Unfortunately there are some bugs in Mojangs code that have to be remidied for this to work correctly.
Custom emopacks (separate mod): One emopack (packaged as a single datapack) defines up to 256 emojis and is allocated exactly one unicode block in one of the two private use planes (0xFXXXX and 0x10XXXX). Since emojis can be part of persistent texts (nametags, signs etc.), the mapping of one emopack to a free block happens once and is henceforth serialized together with the savestate. Both mappings and textures should be downloaded by the client on demand; the information exchange on which resources to download / update happens at server join time. It is vital that once assigned blocks as well as codepoints **don't change** due to the persistent nature outlined above.
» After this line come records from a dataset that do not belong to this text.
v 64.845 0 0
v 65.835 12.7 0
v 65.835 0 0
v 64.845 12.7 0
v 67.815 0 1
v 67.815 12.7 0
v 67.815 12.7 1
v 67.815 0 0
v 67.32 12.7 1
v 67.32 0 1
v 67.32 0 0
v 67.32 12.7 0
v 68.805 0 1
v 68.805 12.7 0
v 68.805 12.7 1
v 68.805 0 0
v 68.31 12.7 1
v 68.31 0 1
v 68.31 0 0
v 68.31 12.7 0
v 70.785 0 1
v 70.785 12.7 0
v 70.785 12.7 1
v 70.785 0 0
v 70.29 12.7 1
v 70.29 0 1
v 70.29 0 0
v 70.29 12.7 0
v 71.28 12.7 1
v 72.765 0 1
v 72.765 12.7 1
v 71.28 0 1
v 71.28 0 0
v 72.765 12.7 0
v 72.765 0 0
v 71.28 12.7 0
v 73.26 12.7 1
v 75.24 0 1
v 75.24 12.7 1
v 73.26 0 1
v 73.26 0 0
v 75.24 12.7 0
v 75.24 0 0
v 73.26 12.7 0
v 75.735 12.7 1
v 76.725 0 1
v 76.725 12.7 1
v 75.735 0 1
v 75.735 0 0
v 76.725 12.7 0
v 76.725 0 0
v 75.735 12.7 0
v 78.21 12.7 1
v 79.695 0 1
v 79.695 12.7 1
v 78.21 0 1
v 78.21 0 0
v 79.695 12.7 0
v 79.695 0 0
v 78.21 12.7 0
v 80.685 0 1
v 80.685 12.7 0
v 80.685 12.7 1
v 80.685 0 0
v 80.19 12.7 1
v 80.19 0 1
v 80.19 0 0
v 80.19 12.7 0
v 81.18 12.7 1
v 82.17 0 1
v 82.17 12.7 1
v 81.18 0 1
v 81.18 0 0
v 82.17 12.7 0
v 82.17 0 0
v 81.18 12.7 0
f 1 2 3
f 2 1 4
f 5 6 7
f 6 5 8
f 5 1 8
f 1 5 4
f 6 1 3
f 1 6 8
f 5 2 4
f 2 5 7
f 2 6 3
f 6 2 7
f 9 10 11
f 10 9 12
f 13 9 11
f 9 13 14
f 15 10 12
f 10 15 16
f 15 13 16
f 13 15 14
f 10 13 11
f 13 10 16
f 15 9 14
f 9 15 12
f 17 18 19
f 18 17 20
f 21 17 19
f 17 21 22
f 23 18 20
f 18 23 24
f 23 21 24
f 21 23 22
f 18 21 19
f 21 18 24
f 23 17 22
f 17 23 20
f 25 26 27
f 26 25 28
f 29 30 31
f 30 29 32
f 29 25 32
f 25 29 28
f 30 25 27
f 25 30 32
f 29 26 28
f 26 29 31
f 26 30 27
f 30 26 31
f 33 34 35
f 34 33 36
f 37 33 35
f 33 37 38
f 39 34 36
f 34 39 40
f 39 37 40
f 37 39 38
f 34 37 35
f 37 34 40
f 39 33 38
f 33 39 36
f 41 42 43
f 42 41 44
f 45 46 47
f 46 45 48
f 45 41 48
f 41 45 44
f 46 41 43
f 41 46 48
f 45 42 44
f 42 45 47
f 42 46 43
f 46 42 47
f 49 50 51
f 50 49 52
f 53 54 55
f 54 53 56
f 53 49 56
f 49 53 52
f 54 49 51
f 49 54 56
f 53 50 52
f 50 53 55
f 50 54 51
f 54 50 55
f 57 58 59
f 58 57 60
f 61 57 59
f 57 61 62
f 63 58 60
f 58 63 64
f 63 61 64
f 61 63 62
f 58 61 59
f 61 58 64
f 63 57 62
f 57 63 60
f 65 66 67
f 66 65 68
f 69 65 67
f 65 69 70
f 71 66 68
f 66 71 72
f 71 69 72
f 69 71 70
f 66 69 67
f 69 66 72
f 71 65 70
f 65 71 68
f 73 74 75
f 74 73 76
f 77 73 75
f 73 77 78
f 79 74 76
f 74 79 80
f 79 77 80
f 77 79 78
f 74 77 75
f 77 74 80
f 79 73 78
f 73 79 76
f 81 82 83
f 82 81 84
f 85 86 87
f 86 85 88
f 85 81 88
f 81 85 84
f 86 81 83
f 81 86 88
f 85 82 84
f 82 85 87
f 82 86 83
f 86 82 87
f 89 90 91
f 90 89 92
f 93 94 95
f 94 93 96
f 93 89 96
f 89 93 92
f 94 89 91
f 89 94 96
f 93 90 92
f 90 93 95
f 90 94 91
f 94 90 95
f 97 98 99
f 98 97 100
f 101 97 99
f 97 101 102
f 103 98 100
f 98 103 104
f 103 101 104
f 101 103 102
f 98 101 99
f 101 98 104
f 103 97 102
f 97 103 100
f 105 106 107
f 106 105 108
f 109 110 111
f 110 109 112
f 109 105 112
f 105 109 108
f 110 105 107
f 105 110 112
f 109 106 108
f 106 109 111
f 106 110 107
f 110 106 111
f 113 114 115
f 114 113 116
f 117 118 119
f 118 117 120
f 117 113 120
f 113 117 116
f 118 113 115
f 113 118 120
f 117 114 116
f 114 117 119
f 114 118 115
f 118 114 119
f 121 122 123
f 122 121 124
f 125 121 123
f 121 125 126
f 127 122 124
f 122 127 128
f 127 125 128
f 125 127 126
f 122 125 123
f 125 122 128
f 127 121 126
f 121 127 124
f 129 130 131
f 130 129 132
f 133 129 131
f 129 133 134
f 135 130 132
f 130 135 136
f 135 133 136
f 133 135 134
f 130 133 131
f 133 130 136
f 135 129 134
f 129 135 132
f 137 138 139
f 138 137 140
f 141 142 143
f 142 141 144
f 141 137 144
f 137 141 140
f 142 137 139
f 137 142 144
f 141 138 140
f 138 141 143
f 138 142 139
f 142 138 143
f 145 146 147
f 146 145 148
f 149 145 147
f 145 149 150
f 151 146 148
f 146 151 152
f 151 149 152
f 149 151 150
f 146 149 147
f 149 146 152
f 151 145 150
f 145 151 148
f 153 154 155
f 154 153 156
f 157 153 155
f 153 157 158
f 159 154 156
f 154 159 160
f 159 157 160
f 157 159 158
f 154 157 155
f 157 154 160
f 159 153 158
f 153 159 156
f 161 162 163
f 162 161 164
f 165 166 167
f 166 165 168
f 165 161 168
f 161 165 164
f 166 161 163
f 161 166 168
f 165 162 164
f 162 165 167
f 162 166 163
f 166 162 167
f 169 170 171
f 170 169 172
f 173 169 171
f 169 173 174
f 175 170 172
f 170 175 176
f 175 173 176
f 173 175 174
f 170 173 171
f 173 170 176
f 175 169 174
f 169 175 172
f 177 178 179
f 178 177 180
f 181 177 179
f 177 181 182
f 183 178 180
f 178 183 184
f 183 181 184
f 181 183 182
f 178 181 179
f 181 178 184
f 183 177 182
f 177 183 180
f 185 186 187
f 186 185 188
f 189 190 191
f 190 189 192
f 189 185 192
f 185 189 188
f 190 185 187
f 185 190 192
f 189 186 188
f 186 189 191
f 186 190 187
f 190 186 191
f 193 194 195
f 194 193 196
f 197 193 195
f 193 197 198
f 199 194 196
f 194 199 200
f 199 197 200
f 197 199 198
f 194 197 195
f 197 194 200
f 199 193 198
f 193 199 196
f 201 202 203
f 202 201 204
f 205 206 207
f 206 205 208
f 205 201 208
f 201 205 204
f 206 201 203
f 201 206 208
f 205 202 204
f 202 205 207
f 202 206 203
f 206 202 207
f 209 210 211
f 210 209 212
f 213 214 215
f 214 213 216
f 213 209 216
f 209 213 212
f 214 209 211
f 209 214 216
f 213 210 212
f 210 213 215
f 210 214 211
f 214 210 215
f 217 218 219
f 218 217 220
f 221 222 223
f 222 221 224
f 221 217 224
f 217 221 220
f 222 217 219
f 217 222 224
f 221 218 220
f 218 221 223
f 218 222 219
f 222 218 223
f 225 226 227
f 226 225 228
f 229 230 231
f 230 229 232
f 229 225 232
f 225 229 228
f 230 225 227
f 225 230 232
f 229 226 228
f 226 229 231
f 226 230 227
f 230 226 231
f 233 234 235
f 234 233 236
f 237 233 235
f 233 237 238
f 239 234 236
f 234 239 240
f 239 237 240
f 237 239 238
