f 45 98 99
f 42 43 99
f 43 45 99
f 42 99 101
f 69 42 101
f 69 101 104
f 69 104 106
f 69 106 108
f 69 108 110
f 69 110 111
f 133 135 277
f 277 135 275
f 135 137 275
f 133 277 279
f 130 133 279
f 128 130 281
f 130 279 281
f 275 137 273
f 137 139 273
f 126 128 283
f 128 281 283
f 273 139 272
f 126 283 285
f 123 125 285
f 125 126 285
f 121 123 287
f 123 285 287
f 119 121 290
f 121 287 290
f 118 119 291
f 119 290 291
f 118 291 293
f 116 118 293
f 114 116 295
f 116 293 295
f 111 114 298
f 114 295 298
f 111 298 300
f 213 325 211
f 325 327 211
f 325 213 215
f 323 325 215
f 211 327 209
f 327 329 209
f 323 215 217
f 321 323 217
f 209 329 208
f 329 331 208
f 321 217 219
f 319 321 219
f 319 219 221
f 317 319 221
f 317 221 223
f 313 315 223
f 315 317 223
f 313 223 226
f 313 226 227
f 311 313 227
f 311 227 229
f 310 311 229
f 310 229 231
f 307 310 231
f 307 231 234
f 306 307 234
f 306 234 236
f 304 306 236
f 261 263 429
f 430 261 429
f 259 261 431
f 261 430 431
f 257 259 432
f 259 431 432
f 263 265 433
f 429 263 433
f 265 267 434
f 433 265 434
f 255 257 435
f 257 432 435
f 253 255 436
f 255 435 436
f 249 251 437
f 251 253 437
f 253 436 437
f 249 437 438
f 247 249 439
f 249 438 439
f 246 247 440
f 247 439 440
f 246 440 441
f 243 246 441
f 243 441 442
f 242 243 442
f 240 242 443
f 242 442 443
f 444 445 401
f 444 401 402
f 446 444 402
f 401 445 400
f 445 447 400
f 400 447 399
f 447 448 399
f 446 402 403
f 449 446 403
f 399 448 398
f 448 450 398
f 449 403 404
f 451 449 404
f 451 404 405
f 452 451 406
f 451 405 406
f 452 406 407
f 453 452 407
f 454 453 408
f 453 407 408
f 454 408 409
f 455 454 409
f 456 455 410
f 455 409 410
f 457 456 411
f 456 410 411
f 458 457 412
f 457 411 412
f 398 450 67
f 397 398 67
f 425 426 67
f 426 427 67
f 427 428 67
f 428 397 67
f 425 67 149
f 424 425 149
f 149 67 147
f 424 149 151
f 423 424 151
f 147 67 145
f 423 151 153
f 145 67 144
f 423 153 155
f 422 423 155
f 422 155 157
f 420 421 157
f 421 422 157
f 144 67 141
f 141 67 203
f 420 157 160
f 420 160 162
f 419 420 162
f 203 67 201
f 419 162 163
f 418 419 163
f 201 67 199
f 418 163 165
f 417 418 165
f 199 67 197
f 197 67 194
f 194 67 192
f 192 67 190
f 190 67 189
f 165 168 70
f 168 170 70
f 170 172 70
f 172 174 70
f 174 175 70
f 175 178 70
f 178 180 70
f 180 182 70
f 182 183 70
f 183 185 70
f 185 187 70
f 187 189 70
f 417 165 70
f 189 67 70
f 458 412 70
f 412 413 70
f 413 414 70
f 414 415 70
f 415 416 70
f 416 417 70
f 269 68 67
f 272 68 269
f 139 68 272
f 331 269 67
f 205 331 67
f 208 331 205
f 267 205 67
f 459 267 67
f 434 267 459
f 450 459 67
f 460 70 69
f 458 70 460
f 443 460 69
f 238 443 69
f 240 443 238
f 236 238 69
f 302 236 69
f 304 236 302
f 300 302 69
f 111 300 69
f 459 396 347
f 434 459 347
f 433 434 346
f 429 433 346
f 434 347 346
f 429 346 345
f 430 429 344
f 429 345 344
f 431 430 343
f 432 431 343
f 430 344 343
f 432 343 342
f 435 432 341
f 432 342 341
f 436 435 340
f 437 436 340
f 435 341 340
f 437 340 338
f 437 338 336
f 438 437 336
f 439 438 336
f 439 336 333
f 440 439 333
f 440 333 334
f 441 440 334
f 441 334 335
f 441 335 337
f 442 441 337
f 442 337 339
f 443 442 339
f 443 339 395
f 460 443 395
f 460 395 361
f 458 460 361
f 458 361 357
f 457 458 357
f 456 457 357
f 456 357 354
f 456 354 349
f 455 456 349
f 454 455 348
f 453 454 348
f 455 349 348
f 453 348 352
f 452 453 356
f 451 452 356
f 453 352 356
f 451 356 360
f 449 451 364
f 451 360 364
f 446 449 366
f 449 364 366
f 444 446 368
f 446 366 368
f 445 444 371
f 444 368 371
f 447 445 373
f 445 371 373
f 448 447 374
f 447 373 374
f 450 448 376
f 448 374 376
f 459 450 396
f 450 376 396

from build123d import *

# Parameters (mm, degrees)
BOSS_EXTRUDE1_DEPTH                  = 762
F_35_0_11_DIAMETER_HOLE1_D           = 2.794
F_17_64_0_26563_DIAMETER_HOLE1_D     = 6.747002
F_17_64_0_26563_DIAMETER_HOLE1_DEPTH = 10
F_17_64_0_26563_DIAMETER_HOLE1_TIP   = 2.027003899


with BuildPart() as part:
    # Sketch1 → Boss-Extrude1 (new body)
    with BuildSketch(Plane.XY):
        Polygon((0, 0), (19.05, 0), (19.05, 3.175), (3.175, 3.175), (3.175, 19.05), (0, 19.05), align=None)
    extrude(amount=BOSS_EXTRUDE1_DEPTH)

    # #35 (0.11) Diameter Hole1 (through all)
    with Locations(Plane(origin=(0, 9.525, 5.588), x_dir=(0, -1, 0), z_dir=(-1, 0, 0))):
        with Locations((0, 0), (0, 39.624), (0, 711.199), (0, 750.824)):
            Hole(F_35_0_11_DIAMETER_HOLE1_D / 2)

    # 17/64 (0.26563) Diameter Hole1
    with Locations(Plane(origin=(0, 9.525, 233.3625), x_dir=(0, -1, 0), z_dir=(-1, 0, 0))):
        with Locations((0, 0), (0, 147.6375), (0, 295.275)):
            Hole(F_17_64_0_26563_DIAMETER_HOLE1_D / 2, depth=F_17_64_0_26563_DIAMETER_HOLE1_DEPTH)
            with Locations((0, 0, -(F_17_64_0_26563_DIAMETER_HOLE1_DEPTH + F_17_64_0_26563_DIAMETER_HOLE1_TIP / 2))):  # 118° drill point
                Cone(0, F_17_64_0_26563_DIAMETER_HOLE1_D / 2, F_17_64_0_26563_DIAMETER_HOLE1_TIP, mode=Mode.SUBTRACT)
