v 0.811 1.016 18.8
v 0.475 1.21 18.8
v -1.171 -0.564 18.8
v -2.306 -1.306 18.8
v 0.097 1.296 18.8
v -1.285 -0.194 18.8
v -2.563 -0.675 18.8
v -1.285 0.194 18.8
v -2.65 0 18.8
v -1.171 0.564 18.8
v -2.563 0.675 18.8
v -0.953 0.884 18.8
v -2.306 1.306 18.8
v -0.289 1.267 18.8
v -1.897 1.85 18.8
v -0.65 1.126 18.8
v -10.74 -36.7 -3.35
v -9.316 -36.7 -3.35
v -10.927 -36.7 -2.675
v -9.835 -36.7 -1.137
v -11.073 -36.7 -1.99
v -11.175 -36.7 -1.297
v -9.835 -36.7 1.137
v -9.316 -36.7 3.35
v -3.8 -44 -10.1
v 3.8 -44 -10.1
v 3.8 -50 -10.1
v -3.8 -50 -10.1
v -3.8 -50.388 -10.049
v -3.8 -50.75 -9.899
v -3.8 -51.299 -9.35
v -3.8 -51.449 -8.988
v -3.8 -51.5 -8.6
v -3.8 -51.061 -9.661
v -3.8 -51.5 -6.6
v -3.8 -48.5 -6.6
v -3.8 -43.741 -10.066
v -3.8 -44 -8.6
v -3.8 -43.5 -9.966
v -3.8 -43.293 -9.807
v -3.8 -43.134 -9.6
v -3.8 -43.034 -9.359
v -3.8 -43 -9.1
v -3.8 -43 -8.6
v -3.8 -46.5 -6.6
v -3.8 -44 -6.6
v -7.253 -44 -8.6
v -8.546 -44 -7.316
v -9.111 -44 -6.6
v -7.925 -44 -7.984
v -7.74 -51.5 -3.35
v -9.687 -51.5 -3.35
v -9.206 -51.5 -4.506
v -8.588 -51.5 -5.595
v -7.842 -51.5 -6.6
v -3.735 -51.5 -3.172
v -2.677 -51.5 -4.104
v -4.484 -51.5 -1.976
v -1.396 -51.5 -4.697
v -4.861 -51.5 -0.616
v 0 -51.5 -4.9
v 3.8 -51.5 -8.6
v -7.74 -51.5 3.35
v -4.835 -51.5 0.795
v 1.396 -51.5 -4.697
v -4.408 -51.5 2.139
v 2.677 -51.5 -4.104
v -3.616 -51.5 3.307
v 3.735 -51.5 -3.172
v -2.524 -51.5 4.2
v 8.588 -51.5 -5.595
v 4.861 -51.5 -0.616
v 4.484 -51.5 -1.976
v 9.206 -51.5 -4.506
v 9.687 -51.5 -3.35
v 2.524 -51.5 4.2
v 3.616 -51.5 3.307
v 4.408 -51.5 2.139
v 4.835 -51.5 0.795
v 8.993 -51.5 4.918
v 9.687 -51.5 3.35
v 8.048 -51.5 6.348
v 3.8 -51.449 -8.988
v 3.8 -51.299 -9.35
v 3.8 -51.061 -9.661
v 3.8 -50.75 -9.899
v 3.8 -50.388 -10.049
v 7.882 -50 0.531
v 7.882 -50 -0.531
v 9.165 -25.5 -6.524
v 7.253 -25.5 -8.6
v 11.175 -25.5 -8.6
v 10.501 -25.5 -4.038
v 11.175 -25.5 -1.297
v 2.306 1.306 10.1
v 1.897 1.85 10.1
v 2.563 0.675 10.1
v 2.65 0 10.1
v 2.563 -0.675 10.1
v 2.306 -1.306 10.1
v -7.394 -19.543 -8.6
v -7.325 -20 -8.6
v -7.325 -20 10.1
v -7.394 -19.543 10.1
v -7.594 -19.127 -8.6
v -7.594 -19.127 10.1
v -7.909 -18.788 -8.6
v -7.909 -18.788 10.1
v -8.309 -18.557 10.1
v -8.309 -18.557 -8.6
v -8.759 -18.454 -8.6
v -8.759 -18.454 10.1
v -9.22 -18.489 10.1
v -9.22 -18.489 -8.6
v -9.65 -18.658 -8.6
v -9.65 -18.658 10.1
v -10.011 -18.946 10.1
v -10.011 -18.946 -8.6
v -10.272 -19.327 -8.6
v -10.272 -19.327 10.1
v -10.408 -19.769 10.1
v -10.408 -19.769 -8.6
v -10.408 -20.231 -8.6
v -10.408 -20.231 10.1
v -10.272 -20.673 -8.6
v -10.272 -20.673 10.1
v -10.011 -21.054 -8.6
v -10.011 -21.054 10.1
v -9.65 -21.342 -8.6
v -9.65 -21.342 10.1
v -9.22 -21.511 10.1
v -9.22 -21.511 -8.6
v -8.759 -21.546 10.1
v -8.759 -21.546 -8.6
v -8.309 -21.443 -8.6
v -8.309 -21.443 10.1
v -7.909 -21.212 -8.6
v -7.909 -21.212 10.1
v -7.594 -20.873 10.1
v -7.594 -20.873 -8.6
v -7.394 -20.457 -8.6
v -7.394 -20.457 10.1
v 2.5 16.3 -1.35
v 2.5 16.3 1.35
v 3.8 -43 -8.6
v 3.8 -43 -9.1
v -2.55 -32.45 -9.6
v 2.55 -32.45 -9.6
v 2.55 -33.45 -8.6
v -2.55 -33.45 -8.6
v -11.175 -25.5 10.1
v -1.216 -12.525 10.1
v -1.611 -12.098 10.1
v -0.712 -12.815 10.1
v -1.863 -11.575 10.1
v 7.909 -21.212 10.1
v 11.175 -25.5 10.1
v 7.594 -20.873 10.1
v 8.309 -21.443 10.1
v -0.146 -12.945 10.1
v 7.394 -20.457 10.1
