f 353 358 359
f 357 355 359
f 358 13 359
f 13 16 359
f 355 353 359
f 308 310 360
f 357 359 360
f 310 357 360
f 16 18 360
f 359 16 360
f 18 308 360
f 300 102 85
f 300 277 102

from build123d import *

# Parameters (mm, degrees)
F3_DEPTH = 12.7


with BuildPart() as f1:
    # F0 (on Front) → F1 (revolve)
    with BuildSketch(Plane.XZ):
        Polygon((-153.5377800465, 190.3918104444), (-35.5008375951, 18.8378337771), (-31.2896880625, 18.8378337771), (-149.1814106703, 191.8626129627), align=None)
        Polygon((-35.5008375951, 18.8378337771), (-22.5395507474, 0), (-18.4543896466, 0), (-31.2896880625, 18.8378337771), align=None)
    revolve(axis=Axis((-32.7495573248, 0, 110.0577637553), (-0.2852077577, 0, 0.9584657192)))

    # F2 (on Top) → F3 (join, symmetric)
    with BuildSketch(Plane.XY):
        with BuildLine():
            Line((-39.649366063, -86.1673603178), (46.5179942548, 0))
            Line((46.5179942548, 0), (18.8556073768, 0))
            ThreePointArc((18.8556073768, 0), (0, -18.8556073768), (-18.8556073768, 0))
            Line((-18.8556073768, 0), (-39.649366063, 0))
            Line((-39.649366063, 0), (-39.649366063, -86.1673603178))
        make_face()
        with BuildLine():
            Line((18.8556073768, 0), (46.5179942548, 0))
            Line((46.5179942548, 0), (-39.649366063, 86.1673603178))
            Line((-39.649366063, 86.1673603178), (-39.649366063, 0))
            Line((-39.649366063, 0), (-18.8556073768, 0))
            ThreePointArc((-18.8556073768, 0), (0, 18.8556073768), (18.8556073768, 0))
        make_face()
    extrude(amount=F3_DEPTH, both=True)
The user experience should be: As client, you install the appropriate mod and everything works. As server owner: You drop the datapack(s) of your choice into the appropriate folder of your world and everything works; even later removing and/or adding of new packs.
Item emojis (separate mod): As the server-owner, you should define which mods should be queried for items (since the list would get prohibitively large fast). Enough blocks covering all the items of the marked mods are allocated, and shortcodes are atuomatically generated based on the item identifiers (including collision resolution). In practice, as a user you should just be able to type :diamond: or :sakura_log: and have the item icons show up in your suggestion box like any regular emojis.
For all of the above: Users will always be able to define shortcode overrides locally if they so desire, so if someone doesn't like :tiny-potato: on a server sporting that emoji, they can rename it to :tater: without the server caring.